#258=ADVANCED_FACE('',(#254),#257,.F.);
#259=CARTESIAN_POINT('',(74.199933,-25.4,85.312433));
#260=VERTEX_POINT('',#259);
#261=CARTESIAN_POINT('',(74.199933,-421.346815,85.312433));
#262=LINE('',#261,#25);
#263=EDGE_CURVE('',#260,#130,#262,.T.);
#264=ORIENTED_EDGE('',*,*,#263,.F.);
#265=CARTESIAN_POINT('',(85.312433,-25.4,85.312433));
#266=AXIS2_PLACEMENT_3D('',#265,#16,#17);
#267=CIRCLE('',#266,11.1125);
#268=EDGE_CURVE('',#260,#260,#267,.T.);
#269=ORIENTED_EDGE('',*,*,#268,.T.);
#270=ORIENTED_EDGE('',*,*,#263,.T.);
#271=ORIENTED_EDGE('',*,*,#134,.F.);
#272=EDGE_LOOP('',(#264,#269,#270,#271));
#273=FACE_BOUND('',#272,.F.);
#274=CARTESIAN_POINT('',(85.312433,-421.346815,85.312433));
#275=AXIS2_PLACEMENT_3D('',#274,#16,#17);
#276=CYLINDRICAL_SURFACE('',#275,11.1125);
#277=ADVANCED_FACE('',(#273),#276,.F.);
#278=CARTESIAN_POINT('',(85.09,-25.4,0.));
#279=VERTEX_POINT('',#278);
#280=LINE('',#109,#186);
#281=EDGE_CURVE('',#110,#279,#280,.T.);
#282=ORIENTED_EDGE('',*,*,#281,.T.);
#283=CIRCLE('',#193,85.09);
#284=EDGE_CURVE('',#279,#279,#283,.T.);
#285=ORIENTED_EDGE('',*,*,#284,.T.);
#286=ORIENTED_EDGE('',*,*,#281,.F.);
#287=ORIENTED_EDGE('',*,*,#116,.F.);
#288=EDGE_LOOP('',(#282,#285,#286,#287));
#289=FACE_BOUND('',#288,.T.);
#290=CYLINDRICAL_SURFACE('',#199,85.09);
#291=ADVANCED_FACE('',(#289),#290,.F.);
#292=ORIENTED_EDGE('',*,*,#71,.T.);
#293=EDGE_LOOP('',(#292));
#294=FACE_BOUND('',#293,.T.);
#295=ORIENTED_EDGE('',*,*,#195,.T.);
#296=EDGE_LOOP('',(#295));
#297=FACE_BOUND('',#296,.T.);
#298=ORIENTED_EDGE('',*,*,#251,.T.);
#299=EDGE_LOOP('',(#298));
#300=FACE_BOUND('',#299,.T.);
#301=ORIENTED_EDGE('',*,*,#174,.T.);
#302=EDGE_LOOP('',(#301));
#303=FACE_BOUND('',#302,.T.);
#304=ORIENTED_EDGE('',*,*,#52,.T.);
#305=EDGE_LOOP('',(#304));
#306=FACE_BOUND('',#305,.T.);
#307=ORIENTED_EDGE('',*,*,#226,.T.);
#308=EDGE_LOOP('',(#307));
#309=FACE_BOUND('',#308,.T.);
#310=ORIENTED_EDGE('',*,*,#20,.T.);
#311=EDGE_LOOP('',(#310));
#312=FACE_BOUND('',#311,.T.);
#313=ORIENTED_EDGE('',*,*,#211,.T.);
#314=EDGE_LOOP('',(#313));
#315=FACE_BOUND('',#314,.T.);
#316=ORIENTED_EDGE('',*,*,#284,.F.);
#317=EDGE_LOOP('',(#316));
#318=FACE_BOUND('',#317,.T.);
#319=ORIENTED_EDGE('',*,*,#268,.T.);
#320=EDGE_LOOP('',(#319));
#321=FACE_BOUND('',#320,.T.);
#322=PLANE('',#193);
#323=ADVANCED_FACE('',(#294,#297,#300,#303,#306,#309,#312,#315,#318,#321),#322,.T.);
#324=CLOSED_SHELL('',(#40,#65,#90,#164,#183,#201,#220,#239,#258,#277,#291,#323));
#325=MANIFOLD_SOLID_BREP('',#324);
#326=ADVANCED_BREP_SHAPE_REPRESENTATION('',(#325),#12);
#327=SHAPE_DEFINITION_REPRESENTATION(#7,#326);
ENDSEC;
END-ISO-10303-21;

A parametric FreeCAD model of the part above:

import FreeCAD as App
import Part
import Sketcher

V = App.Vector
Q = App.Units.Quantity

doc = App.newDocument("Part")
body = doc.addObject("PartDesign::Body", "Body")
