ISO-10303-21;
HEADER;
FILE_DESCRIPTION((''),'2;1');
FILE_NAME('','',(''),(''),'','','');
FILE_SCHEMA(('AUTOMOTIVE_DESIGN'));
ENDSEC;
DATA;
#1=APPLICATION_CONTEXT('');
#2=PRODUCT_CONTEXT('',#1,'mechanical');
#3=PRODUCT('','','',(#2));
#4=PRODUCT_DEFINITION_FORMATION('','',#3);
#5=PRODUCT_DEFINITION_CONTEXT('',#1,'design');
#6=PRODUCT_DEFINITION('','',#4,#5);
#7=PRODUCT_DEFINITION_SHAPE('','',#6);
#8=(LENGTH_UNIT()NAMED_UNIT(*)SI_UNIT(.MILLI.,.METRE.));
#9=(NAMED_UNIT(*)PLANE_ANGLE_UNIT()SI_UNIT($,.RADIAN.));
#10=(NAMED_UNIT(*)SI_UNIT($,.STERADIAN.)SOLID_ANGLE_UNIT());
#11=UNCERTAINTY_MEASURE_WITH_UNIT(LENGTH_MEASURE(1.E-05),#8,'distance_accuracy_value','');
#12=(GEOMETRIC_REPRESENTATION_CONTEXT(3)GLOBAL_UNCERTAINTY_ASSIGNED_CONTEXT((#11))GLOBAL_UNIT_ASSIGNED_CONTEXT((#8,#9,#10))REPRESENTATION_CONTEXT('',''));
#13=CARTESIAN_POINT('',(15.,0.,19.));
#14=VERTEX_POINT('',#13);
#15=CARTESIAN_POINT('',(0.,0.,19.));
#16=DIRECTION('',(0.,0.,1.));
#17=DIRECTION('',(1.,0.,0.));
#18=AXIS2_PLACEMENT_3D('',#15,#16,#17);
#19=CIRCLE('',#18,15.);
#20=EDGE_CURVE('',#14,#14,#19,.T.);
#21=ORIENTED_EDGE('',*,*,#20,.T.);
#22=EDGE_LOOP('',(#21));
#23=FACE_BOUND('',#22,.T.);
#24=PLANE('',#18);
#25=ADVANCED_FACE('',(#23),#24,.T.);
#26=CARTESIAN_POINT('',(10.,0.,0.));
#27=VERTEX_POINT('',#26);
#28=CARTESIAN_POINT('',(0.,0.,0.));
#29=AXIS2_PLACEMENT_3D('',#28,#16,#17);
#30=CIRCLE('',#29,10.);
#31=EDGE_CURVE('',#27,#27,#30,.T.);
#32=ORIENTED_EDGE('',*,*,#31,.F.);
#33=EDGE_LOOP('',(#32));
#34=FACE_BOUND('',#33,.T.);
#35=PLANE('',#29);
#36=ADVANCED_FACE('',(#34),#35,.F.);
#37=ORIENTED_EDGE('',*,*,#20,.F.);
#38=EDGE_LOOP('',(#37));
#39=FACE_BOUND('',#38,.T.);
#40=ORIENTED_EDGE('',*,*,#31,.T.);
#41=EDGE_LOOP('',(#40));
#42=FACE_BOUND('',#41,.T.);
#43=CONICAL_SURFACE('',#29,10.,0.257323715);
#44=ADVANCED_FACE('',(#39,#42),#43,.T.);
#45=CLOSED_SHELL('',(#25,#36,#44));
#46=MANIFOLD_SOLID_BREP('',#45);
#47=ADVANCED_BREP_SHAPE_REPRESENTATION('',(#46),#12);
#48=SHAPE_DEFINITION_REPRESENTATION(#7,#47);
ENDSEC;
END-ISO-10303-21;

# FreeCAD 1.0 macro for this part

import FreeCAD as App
import Part
import Sketcher
Q = App.Units.Quantity

doc = App.newDocument("Part")
body = doc.addObject("PartDesign::Body", "Body")

# Sketch on XY plane
sketch1 = body.newObject("Sketcher::SketchObject", "Sketch")
sketch1.AttachmentSupport = (doc.getObject("XY_Plane"), [""])
sketch1.MapMode = "FlatFace"
sketch1.addGeometry(Part.Circle(App.Vector(0, 0, 0), App.Vector(0, 0, 1), 10), False)
sketch1.addConstraint(Sketcher.Constraint("Coincident", 0, 3, -1, 1))
sketch1.addConstraint(Sketcher.Constraint("Diameter", 0, Q("20 mm")))

# Sketch on XY plane
sketch2 = body.newObject("Sketcher::SketchObject", "Sketch001")
sketch2.AttachmentSupport = (doc.getObject("XY_Plane"), [""])
sketch2.MapMode = "FlatFace"
sketch2.AttachmentOffset = App.Placement(App.Vector(0, 0, 19), App.Rotation())
sketch2.addGeometry(Part.Circle(App.Vector(0, 0, 0), App.Vector(0, 0, 1), 15), False)
sketch2.addConstraint(Sketcher.Constraint("Coincident", 0, 3, -1, 1))
sketch2.addConstraint(Sketcher.Constraint("Diameter", 0, Q("30 mm")))

additiveloft = body.newObject("PartDesign::AdditiveLoft", "AdditiveLoft")
additiveloft.Profile = sketch1
additiveloft.Sections = [sketch2]

doc.recompute()
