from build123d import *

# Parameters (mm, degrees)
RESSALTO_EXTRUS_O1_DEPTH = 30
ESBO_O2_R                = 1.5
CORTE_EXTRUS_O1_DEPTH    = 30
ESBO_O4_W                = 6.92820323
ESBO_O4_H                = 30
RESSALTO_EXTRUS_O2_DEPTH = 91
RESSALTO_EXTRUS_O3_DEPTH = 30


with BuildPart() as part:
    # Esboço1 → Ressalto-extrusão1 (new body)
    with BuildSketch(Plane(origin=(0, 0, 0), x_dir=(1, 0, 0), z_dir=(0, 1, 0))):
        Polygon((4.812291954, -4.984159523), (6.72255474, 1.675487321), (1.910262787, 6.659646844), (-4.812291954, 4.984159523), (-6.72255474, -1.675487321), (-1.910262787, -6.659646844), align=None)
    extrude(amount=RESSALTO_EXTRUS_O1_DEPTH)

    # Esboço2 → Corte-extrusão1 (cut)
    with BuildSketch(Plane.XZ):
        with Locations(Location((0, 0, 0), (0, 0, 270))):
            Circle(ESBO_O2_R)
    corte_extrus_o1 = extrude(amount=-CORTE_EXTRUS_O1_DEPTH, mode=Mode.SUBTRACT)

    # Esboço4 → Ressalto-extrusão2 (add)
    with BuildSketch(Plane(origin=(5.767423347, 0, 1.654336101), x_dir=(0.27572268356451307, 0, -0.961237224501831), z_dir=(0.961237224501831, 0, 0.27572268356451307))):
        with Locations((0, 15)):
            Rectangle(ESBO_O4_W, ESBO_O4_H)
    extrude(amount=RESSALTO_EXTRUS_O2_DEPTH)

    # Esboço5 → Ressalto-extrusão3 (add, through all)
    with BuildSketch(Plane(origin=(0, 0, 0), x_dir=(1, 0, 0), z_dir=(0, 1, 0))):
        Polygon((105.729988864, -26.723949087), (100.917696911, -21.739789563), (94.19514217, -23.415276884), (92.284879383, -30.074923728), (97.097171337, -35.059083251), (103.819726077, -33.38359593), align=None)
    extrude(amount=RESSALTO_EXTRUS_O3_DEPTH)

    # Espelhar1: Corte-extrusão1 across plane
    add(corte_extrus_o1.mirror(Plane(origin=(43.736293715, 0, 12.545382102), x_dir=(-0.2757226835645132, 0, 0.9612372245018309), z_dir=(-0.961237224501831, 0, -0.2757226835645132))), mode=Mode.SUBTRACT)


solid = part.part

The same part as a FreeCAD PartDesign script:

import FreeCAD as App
import Part
import Sketcher
Q = App.Units.Quantity


def add_polygon(sketch, points):
    """Adds a closed chain of lines whose ends are joined by coincident constraints."""
    first, n = sketch.GeometryCount, len(points)
    for a, b in zip(points, points[1:] + points[:1]):
        sketch.addGeometry(Part.LineSegment(App.Vector(*a, 0), App.Vector(*b, 0)), False)
    for i in range(n):
        sketch.addConstraint(Sketcher.Constraint("Coincident", first + i, 2, first + (i + 1) % n, 1))

doc = App.newDocument("Part")
body = doc.addObject("PartDesign::Body", "Body")

sketch1 = body.newObject("Sketcher::SketchObject", "Sketch")
sketch1.AttachmentSupport = (doc.getObject("XZ_Plane"), [""])
sketch1.MapMode = "FlatFace"
add_polygon(sketch1, [(5, 5), (7, -2), (2, -7), (-5, -5), (-7, 2), (-2, 7)])
sketch1.addConstraint([
    Sketcher.Constraint("Symmetric", 0, 2, 3, 2, -1, 1),
    Sketcher.Constraint("Symmetric", 1, 2, 4, 2, -1, 1),
    Sketcher.Constraint("Symmetric", 2, 2, 5, 2, -1, 1),
    Sketcher.Constraint("Equal", 0, 1),
    Sketcher.Constraint("Equal", 1, 2),
    Sketcher.Constraint("DistanceX", 2, 2, -1, 1, Q("4.812292 mm")),
    Sketcher.Constraint("DistanceY", 2, 2, -1, 1, Q("4.98416 mm")),
    Sketcher.Constraint("DistanceX", 1, 2, 0, 2, Q("4.812292 mm")),
    Sketcher.Constraint("DistanceY", 1, 2, 0, 2, Q("4.98416 mm")),
])
pad1 = body.newObject("PartDesign::Pad", "Pad")
pad1.Profile = sketch1
pad1.Length = 30
pad1.Reversed = True

sketch2 = body.newObject("Sketcher::SketchObject", "Sketch001")
sketch2.AttachmentSupport = (doc.getObject("XZ_Plane"), [""])
sketch2.MapMode = "FlatFace"
sketch2.addGeometry(Part.Circle(App.Vector(0, 0, 0), App.Vector(0, 0, 1), 1.5), False)
sketch2.addConstraint([
    Sketcher.Constraint("Coincident", 0, 3, -1, 1),
    Sketcher.Constraint("Diameter", 0, Q("3 mm")),
])
pocket1 = body.newObject("PartDesign::Pocket", "Pocket")
pocket1.Profile = sketch2
pocket1.Length = 30

sketch3 = body.newObject("Sketcher::SketchObject", "Sketch002")
sketch3.Placement = App.Placement(App.Vector(5.767423, 0, 1.654336), App.Rotation(App.Vector(0.275722684, 0, -0.961237225), App.Vector(0, 1.000000001, 0), App.Vector(0.961237225, 0, 0.275722684), "ZXY"))
add_polygon(sketch3, [(-3, 30), (-3, 0), (3, 0), (3, 30)])
sketch3.addConstraint([
    Sketcher.Constraint("Vertical", 0),
    Sketcher.Constraint("Horizontal", 1),
    Sketcher.Constraint("Vertical", 2),
    Sketcher.Constraint("Horizontal", 3),
    Sketcher.Constraint("Symmetric", 0, 2, 1, 2, -1, 1),
    Sketcher.Constraint("DistanceY", 0, 2, 0, 1, Q("30 mm")),
    Sketcher.Constraint("DistanceX", 0, 2, -1, 1, Q("3.464102 mm")),
])
pad2 = body.newObject("PartDesign::Pad", "Pad001")
pad2.Profile = sketch3
pad2.Length = 91

sketch4 = body.newObject("Sketcher::SketchObject", "Sketch003")
sketch4.AttachmentSupport = (doc.getObject("XZ_Plane"), [""])
sketch4.MapMode = "FlatFace"
add_polygon(sketch4, [(106, 27), (101, 22), (94, 23), (92, 30), (97, 35), (104, 33)])
sketch4.addConstraint([
    Sketcher.Constraint("Parallel", 0, 3),
    Sketcher.Constraint("Parallel", 1, 4),
    Sketcher.Constraint("Parallel", 2, 5),
    Sketcher.Constraint("Equal", 0, 1),
    Sketcher.Constraint("Equal", 1, 2),
    Sketcher.Constraint("Equal", 2, 3),
    Sketcher.Constraint("DistanceY", -1, 1, 0, 2, Q("21.73979 mm")),
    Sketcher.Constraint("DistanceX", -1, 1, 2, 2, Q("92.284879 mm")),
    Sketcher.Constraint("DistanceX", -1, 1, 3, 2, Q("97.097171 mm")),
    Sketcher.Constraint("DistanceX", -1, 1, 5, 2, Q("105.729989 mm")),
    Sketcher.Constraint("DistanceY", -1, 1, 5, 2, Q("26.723949 mm")),
    Sketcher.Constraint("DistanceX", 1, 2, 3, 2, Q("2.902029 mm")),
])
pad3 = body.newObject("PartDesign::Pad", "Pad002")
pad3.Profile = sketch4
pad3.Length = 30
pad3.Reversed = True
doc.recompute()

datumplane = body.newObject("PartDesign::Plane", "DatumPlane")
datumplane.Placement = App.Placement(App.Vector(43.736294, 0, 12.545382), App.Rotation(App.Vector(0.275722684, 0, -0.961237224), App.Vector(0, -1.000000001, 0), App.Vector(-0.961237225, 0, -0.275722684), "ZXY"))
mirrored = body.newObject("PartDesign::Mirrored", "Mirrored")
mirrored.Originals = [pocket1]
mirrored.MirrorPlane = (datumplane, [""])
body.Tip = mirrored

doc.recompute()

###

> **Try it**
Every line from the start of the listing through the line with "#263=EDGE_CURVE('',#260,#130,#262,.T.);" should be reproduced exactly, and no other line.

> **Exercise result**
#258=ADVANCED_FACE('',(#254),#257,.F.);
#259=CARTESIAN_POINT('',(74.199933,-25.4,85.312433));
#260=VERTEX_POINT('',#259);
#261=CARTESIAN_POINT('',(74.199933,-421.346815,85.312433));
#262=LINE('',#261,#25);
#263=EDGE_CURVE('',#260,#130,#262,.T.);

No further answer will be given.